As the feeling ascended his nose, his eyes watered, thick tears trailing down his cheeks to pool into his hair.
Jonen made to reach for him, but Buzzard chirped at him, shaking his head. The longer Halm stayed quiet, the more Buzzard's eyes seemed to glow. Always bright, tonight they shone like they were molten gold, and he was certain it had nothing to do with the torches he’d lit.
Corric’s teeth began to tingle. Like he’d swallowed soap and it was foaming between his molars, sparking as if ignited. It nearly hurt, and he clenched his jaw.
“Grab Schok,” Halm gritted out, eyes still closed.
Corric blindly reached into the pit his brother was lying in, fingers trailing until they caught on his wrist. The moment his fingers clamped down on clammy skin, the feeling in his teeth intensified.
Crying out, Corric tried to stop the tears from falling, but there were too many.
His vision watered. Flame, tent, and person losing definition behind the onslaught of tears.
And then he saw it. Between the thick droplets clinging to his lashes. It was a streak of something stretching from Buzzard to Halm. Almost indefinable, it was color. But it wasn’t tangible. Like the iridescence on a bird’s feathers—colors changing and swirling with movement.

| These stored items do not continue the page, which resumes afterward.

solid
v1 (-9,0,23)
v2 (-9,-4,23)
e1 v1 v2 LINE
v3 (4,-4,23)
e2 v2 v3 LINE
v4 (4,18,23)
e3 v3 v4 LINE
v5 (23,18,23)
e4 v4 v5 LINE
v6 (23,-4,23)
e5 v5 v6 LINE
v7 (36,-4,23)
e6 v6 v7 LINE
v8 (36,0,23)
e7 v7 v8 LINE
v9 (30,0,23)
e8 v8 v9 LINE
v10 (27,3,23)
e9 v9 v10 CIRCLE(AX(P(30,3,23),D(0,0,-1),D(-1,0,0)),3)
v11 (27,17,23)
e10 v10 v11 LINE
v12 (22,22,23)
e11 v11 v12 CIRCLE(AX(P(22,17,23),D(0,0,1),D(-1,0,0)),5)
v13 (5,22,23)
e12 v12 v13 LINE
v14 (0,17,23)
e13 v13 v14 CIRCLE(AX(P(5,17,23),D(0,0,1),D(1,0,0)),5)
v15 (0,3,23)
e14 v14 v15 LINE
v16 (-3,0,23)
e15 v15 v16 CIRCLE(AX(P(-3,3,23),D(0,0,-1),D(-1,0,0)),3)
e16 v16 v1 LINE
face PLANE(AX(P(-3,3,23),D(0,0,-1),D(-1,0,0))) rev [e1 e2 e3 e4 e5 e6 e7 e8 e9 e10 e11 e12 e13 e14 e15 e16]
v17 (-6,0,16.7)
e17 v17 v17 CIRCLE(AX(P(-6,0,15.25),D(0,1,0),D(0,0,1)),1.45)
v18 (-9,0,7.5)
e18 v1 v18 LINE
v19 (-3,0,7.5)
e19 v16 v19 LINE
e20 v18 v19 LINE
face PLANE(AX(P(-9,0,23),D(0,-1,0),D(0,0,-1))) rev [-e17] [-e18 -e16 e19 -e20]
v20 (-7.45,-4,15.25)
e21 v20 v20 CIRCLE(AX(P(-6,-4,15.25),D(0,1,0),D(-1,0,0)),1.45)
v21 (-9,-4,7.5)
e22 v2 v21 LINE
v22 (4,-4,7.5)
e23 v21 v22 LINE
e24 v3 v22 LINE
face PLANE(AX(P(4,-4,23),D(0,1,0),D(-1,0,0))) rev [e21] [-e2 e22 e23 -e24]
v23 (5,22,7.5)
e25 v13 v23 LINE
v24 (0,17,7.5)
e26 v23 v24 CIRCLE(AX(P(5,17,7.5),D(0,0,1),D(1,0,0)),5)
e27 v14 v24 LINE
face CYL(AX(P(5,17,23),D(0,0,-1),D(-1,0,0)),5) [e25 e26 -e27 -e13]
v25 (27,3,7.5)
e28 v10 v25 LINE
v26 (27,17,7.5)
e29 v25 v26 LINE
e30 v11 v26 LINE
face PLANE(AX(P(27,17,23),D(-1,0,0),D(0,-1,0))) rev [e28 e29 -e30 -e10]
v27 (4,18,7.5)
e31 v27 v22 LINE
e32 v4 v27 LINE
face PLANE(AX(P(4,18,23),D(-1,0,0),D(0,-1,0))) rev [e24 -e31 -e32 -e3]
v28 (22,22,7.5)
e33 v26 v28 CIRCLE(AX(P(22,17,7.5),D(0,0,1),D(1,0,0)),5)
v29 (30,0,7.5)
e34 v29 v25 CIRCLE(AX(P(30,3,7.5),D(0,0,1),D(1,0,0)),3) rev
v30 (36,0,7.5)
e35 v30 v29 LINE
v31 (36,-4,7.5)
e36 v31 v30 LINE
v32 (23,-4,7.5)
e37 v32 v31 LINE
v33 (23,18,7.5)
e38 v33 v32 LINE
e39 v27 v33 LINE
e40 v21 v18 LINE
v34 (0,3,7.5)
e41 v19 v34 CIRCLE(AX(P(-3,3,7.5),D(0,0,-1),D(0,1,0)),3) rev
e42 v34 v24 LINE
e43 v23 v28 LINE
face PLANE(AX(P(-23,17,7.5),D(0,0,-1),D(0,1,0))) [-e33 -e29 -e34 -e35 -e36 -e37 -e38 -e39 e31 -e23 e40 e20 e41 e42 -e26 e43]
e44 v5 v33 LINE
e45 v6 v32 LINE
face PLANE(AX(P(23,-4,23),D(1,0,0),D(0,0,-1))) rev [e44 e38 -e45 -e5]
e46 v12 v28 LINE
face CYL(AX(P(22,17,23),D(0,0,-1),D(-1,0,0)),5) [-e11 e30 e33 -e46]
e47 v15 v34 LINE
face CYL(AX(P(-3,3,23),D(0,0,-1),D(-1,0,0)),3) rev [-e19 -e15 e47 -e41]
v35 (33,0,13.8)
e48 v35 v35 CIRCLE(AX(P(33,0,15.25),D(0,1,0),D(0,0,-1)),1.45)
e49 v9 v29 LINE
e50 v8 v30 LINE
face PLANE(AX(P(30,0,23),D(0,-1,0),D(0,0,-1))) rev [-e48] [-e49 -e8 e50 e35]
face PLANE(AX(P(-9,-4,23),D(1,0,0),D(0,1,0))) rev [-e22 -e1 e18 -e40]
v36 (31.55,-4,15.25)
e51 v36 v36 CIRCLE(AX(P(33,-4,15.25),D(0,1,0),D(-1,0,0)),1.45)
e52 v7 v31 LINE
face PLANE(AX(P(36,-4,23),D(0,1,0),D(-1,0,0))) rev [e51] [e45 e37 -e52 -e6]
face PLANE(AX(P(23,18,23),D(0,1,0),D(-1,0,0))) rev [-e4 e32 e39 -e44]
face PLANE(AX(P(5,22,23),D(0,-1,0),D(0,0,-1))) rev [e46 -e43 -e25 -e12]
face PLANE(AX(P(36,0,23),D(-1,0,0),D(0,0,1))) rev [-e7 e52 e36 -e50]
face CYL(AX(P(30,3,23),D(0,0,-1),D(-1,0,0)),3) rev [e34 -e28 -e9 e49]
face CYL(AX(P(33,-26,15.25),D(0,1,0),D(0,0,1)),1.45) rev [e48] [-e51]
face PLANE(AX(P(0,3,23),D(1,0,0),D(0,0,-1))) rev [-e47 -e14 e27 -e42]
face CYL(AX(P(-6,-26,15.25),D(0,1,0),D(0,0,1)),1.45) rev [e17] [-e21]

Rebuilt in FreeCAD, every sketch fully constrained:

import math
import FreeCAD as App
import Part
import Sketcher

V = App.Vector
Q = App.Units.Quantity


def add_polygon(sketch, points):
    """Adds a closed chain of lines whose ends are joined by coincident constraints."""
    first, n = sketch.GeometryCount, len(points)
    for a, b in zip(points, points[1:] + points[:1]):
        sketch.addGeometry(Part.LineSegment(App.Vector(*a, 0), App.Vector(*b, 0)), False)
    for i in range(n):
        sketch.addConstraint(Sketcher.Constraint("Coincident", first + i, 2, first + (i + 1) % n, 1))

doc = App.newDocument("Part")
body = doc.addObject("PartDesign::Body", "Body")

# Sketch on XY plane
sketch1 = doc.addObject("Sketcher::SketchObject", "Sketch")
body.addObject(sketch1)
sketch1.AttachmentSupport = (doc.XY_Plane, [""])
sketch1.MapMode = "FlatFace"
sketch1.addGeometry(Part.LineSegment(V(0, 17, 0), V(0, 3, 0)), False)
sketch1.addGeometry(Part.ArcOfCircle(Part.Circle(V(-3, 3, 0), V(0, 0, 1), 3), math.radians(-90), math.radians(0)), False)
sketch1.addGeometry(Part.LineSegment(V(-3, 0, 0), V(-9, 0, 0)), False)
sketch1.addGeometry(Part.LineSegment(V(-9, 0, 0), V(-9, -4, 0)), False)
sketch1.addGeometry(Part.LineSegment(V(-9, -4, 0), V(4, -4, 0)), False)
sketch1.addGeometry(Part.LineSegment(V(4, -4, 0), V(4, 18, 0)), False)
sketch1.addGeometry(Part.LineSegment(V(4, 18, 0), V(23, 18, 0)), False)
sketch1.addGeometry(Part.LineSegment(V(23, 18, 0), V(23, -4, 0)), False)
sketch1.addGeometry(Part.LineSegment(V(23, -4, 0), V(36, -4, 0)), False)
sketch1.addGeometry(Part.LineSegment(V(36, -4, 0), V(36, 0, 0)), False)
sketch1.addGeometry(Part.LineSegment(V(36, 0, 0), V(30, 0, 0)), False)
sketch1.addGeometry(Part.ArcOfCircle(Part.Circle(V(30, 3, 0), V(0, 0, 1), 3), math.radians(180), math.radians(270)), False)
sketch1.addGeometry(Part.LineSegment(V(27, 3, 0), V(27, 17, 0)), False)
sketch1.addGeometry(Part.ArcOfCircle(Part.Circle(V(22, 17, 0), V(0, 0, 1), 5), math.radians(0), math.radians(90)), False)
sketch1.addGeometry(Part.LineSegment(V(22, 22, 0), V(5, 22, 0)), False)
sketch1.addGeometry(Part.ArcOfCircle(Part.Circle(V(5, 17, 0), V(0, 0, 1), 5), math.radians(90), math.radians(180)), False)
sketch1.addConstraint(Sketcher.Constraint("Tangent", 0, 2, 1, 2))
sketch1.addConstraint(Sketcher.Constraint("Tangent", 1, 1, 2, 1))
sketch1.addConstraint(Sketcher.Constraint("Coincident", 2, 2, 3, 1))
sketch1.addConstraint(Sketcher.Constraint("Coincident", 3, 2, 4, 1))
sketch1.addConstraint(Sketcher.Constraint("Coincident", 4, 2, 5, 1))
sketch1.addConstraint(Sketcher.Constraint("Coincident", 5, 2, 6, 1))
sketch1.addConstraint(Sketcher.Constraint("Coincident", 6, 2, 7, 1))
sketch1.addConstraint(Sketcher.Constraint("Coincident", 7, 2, 8, 1))
sketch1.addConstraint(Sketcher.Constraint("Coincident", 8, 2, 9, 1))
sketch1.addConstraint(Sketcher.Constraint("Coincident", 9, 2, 10, 1))
sketch1.addConstraint(Sketcher.Constraint("Tangent", 10, 2, 11, 2))
sketch1.addConstraint(Sketcher.Constraint("Tangent", 11, 1, 12, 1))
sketch1.addConstraint(Sketcher.Constraint("Tangent", 12, 2, 13, 1))
sketch1.addConstraint(Sketcher.Constraint("Tangent", 13, 2, 14, 1))
sketch1.addConstraint(Sketcher.Constraint("Tangent", 14, 2, 15, 1))
sketch1.addConstraint(Sketcher.Constraint("Tangent", 15, 2, 0, 1))
sketch1.addConstraint(Sketcher.Constraint("Vertical", 0))
sketch1.addConstraint(Sketcher.Constraint("Horizontal", 2))
sketch1.addConstraint(Sketcher.Constraint("Vertical", 3))
sketch1.addConstraint(Sketcher.Constraint("Horizontal", 4))
sketch1.addConstraint(Sketcher.Constraint("Vertical", 5))
sketch1.addConstraint(Sketcher.Constraint("Horizontal", 6))
sketch1.addConstraint(Sketcher.Constraint("Vertical", 7))
sketch1.addConstraint(Sketcher.Constraint("Horizontal", 8))
sketch1.addConstraint(Sketcher.Constraint("Vertical", 9))
sketch1.addConstraint(Sketcher.Constraint("Horizontal", 10))
sketch1.addConstraint(Sketcher.Constraint("Vertical", 12))
sketch1.addConstraint(Sketcher.Constraint("Horizontal", 14))
sketch1.addConstraint(Sketcher.Constraint("Equal", 1, 11))
sketch1.addConstraint(Sketcher.Constraint("Equal", 13, 15))
sketch1.addConstraint(Sketcher.Constraint("PointOnObject", 0, 2, -2))
sketch1.addConstraint(Sketcher.Constraint("PointOnObject", 1, 1, -1))
sketch1.addConstraint(Sketcher.Constraint("PointOnObject", 9, 2, -1))
sketch1.addConstraint(Sketcher.Constraint("Horizontal", 4, 2, 7, 2))
sketch1.addConstraint(Sketcher.Constraint("Equal", 4, 8))
sketch1.addConstraint(Sketcher.Constraint("Equal", 2, 10))
sketch1.addConstraint(Sketcher.Constraint("Radius", 1, Q("3 mm")))
sketch1.addConstraint(Sketcher.Constraint("Radius", 13, Q("5 mm")))
sketch1.addConstraint(Sketcher.Constraint("DistanceX", 2, 2, 2, 1, Q("6 mm")))
sketch1.addConstraint(Sketcher.Constraint("DistanceX", 4, 1, 4, 2, Q("13 mm")))
sketch1.addConstraint(Sketcher.Constraint("DistanceX", 6, 1, 6, 2, Q("19 mm")))
sketch1.addConstraint(Sketcher.Constraint("DistanceY", 0, 2, 0, 1, Q("14 mm")))
sketch1.addConstraint(Sketcher.Constraint("DistanceY", 3, 2, 3, 1, Q("4 mm")))
sketch1.addConstraint(Sketcher.Constraint("DistanceY", 5, 1, 5, 2, Q("22 mm")))
pad1 = doc.addObject("PartDesign::Pad", "Pad")
body.addObject(pad1)
pad1.Profile = sketch1
pad1.Length = 23

# Sketch on YZ plane
sketch2 = doc.addObject("Sketcher::SketchObject", "Sketch001")
body.addObject(sketch2)
sketch2.AttachmentSupport = (doc.YZ_Plane, [""])
sketch2.MapMode = "FlatFace"
add_polygon(sketch2, [(17, 4), (-4, 4), (-4, 7.5), (17, 7.5)])  # lines 0-3
sketch2.addConstraint(Sketcher.Constraint("Horizontal", 0))
sketch2.addConstraint(Sketcher.Constraint("Vertical", 1))
sketch2.addConstraint(Sketcher.Constraint("Horizontal", 2))
sketch2.addConstraint(Sketcher.Constraint("Vertical", 3))
sketch2.addConstraint(Sketcher.Constraint("DistanceX", 0, 2, 0, 1, Q("21 mm")))
sketch2.addConstraint(Sketcher.Constraint("DistanceY", 1, 1, 1, 2, Q("3.5 mm")))
sketch2.addConstraint(Sketcher.Constraint("DistanceX", 0, 2, -1, 1, Q("4 mm")))
sketch2.addConstraint(Sketcher.Constraint("DistanceY", -1, 1, 0, 2, Q("4 mm")))
pocket1 = doc.addObject("PartDesign::Pocket", "Pocket")
body.addObject(pocket1)
pocket1.Profile = sketch2
pocket1.Type = "TwoLengths"
pocket1.Length = 23
pocket1.Length2 = 10

# Sketch on XZ plane
sketch3 = doc.addObject("Sketcher::SketchObject", "Sketch002")
body.addObject(sketch3)
sketch3.AttachmentSupport = (doc.XZ_Plane, [""])
sketch3.MapMode = "FlatFace"
sketch3.AttachmentOffset = App.Placement(V(0, 0, -22), App.Rotation())
add_polygon(sketch3, [(-9, 0), (-9, 7.5), (36, 7.5), (36, 0)])  # lines 0-3
sketch3.addConstraint(Sketcher.Constraint("Vertical", 0))
sketch3.addConstraint(Sketcher.Constraint("Horizontal", 1))
sketch3.addConstraint(Sketcher.Constraint("Vertical", 2))
sketch3.addConstraint(Sketcher.Constraint("Horizontal", 3))
sketch3.addConstraint(Sketcher.Constraint("PointOnObject", 2, 2, -1))
sketch3.addConstraint(Sketcher.Constraint("DistanceX", 1, 1, 1, 2, Q("45 mm")))
sketch3.addConstraint(Sketcher.Constraint("DistanceY", 0, 1, 0, 2, Q("7.5 mm")))
sketch3.addConstraint(Sketcher.Constraint("DistanceX", 0, 2, -1, 1, Q("9 mm")))
pocket2 = doc.addObject("PartDesign::Pocket", "Pocket001")
body.addObject(pocket2)
pocket2.Profile = sketch3
pocket2.Length = 26
pocket2.Reversed = True

# Sketch on XZ plane
sketch4 = doc.addObject("Sketcher::SketchObject", "Sketch003")
body.addObject(sketch4)
sketch4.AttachmentSupport = (doc.XZ_Plane, [""])
sketch4.MapMode = "FlatFace"
sketch4.addGeometry(Part.Circle(V(-6, 15.25, 0), V(0, 0, 1), 1.45), False)
sketch4.addGeometry(Part.Circle(V(33, 15.25, 0), V(0, 0, 1), 1.45), False)
sketch4.addConstraint(Sketcher.Constraint("Equal", 0, 1))
sketch4.addConstraint(Sketcher.Constraint("Horizontal", 0, 3, 1, 3))
sketch4.addConstraint(Sketcher.Constraint("Diameter", 0, Q("2.9 mm")))
sketch4.addConstraint(Sketcher.Constraint("DistanceX", 0, 3, -1, 1, Q("6 mm")))
sketch4.addConstraint(Sketcher.Constraint("DistanceX", -1, 1, 1, 3, Q("33 mm")))
sketch4.addConstraint(Sketcher.Constraint("DistanceY", -1, 1, 0, 3, Q("15.25 mm")))
pocket3 = doc.addObject("PartDesign::Pocket", "Pocket002")
body.addObject(pocket3)
pocket3.Profile = sketch4
pocket3.Length = 26
pocket3.Reversed = True

doc.recompute()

He tracked it, occasionally losing the glimmer of what must be magic. Slowly it looped through the air, dipping and lifting as if tasting, looking for something or gathering strength. Finally, it stretched across to Schok.
The moment it connected with him, it changed again, blasting upward like a fire with too much to feed it and nowhere to go.
The colors shifted wildly and Halm groaned, as if she was having difficulty controlling it before the magic swung out, tendrils loosening to stretch towards Corric.
He gasped, breath shaking as he watched a tendril slide around Schok’s arm and crawl towards his.